RECORDS SHOWN: Begin
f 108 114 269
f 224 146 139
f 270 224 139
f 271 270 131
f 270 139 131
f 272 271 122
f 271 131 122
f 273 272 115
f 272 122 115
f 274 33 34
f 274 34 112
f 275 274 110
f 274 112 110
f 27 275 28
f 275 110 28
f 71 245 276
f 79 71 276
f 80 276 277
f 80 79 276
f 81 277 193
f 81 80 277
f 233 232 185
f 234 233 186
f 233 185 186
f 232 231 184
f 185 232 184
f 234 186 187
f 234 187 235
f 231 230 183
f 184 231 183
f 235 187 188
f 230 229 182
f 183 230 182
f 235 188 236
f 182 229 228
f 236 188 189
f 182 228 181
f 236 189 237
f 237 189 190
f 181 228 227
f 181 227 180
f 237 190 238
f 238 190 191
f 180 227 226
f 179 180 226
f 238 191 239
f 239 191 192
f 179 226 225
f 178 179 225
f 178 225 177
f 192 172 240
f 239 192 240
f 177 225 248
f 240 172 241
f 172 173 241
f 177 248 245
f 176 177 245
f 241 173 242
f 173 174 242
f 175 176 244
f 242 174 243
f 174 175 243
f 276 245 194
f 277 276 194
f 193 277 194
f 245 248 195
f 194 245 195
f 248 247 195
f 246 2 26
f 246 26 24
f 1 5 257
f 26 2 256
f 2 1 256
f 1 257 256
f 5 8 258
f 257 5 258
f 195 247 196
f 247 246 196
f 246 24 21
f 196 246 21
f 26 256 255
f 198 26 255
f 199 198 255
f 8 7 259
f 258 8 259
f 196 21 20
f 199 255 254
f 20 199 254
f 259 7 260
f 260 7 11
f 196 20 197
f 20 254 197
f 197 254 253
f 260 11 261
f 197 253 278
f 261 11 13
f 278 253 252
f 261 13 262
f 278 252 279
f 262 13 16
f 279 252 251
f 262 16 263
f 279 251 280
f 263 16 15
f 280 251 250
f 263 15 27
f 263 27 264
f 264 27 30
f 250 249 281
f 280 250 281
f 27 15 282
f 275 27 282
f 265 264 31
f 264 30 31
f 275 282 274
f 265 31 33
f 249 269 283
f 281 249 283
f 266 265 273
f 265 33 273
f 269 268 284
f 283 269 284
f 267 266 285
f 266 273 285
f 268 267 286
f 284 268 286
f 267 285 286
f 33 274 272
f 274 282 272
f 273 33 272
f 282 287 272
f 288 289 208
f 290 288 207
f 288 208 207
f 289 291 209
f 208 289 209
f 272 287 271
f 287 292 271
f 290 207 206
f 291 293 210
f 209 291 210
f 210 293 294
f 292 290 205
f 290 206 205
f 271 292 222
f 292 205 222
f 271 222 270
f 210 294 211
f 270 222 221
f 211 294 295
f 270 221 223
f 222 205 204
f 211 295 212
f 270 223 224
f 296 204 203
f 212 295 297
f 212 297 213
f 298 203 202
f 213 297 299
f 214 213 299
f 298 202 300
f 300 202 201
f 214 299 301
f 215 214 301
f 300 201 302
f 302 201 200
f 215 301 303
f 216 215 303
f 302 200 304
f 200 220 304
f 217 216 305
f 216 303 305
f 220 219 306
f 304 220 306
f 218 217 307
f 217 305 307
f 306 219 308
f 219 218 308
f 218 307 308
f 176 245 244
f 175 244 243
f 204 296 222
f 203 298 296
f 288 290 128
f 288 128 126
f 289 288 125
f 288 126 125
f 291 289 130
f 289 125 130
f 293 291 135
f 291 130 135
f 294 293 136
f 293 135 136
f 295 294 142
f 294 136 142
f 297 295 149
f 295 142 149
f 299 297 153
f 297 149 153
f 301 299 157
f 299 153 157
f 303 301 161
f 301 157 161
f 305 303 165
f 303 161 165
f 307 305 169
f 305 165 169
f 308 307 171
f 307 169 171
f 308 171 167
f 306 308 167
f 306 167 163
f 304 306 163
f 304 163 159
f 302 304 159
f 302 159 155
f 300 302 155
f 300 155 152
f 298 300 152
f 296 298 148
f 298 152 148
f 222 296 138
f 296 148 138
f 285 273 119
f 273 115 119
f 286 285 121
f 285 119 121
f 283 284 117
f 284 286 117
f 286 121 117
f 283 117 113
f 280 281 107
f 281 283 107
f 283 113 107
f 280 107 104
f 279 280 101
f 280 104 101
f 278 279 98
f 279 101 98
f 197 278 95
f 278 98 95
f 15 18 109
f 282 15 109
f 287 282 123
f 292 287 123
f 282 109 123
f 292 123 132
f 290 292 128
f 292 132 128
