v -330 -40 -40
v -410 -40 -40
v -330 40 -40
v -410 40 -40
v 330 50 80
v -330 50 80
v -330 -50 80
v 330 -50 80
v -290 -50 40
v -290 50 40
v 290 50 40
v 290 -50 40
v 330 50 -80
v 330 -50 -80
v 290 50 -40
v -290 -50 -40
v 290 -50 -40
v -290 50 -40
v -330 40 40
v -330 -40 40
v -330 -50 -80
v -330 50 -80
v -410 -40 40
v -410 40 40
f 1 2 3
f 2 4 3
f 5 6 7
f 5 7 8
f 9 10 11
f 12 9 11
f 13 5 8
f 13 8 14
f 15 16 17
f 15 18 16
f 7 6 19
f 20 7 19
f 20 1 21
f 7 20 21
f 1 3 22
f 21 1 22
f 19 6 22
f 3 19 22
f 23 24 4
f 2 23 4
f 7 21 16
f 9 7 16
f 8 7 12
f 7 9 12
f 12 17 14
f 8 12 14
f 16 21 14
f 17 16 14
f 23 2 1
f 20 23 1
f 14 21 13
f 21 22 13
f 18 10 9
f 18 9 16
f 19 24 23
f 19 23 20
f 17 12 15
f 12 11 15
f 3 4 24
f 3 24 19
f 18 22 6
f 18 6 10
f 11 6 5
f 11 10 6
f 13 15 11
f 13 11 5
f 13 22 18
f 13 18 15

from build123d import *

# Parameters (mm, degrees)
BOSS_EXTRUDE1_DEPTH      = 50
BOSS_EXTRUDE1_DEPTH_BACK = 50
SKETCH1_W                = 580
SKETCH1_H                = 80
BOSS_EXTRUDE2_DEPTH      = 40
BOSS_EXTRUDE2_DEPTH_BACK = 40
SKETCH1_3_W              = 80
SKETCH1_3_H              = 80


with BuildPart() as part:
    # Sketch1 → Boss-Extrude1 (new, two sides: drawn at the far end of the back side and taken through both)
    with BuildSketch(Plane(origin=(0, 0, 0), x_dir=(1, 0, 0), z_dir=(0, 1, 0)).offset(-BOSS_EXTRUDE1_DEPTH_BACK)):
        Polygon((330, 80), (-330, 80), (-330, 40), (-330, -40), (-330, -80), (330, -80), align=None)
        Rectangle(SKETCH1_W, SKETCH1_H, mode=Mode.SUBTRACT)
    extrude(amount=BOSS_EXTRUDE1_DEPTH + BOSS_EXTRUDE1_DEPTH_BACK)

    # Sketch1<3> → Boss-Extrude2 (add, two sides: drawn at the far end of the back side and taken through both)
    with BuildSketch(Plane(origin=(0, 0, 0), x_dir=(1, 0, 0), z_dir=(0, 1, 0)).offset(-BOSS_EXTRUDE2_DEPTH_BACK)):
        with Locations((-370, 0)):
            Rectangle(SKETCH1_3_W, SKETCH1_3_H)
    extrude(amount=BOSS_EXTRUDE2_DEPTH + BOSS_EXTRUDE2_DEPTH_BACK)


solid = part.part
RECORDS SHOWN: End
**REQUIREMENT**.
Lines from the first one above through the line containing "f 240 172 241" are to be retyped exactly, both included, and nothing more.

**OUTPUT FOR THIS EXERCISE**.
f 108 114 269
f 224 146 139
f 270 224 139
f 271 270 131
f 270 139 131
f 272 271 122
f 271 131 122
f 273 272 115
f 272 122 115
f 274 33 34
f 274 34 112
f 275 274 110
f 274 112 110
f 27 275 28
f 275 110 28
f 71 245 276
f 79 71 276
f 80 276 277
f 80 79 276
f 81 277 193
f 81 80 277
f 233 232 185
f 234 233 186
f 233 185 186
f 232 231 184
f 185 232 184
f 234 186 187
f 234 187 235
f 231 230 183
f 184 231 183
f 235 187 188
f 230 229 182
f 183 230 182
f 235 188 236
f 182 229 228
f 236 188 189
f 182 228 181
f 236 189 237
f 237 189 190
f 181 228 227
f 181 227 180
f 237 190 238
f 238 190 191
f 180 227 226
f 179 180 226
f 238 191 239
f 239 191 192
f 179 226 225
f 178 179 225
f 178 225 177
f 192 172 240
f 239 192 240
f 177 225 248
f 240 172 241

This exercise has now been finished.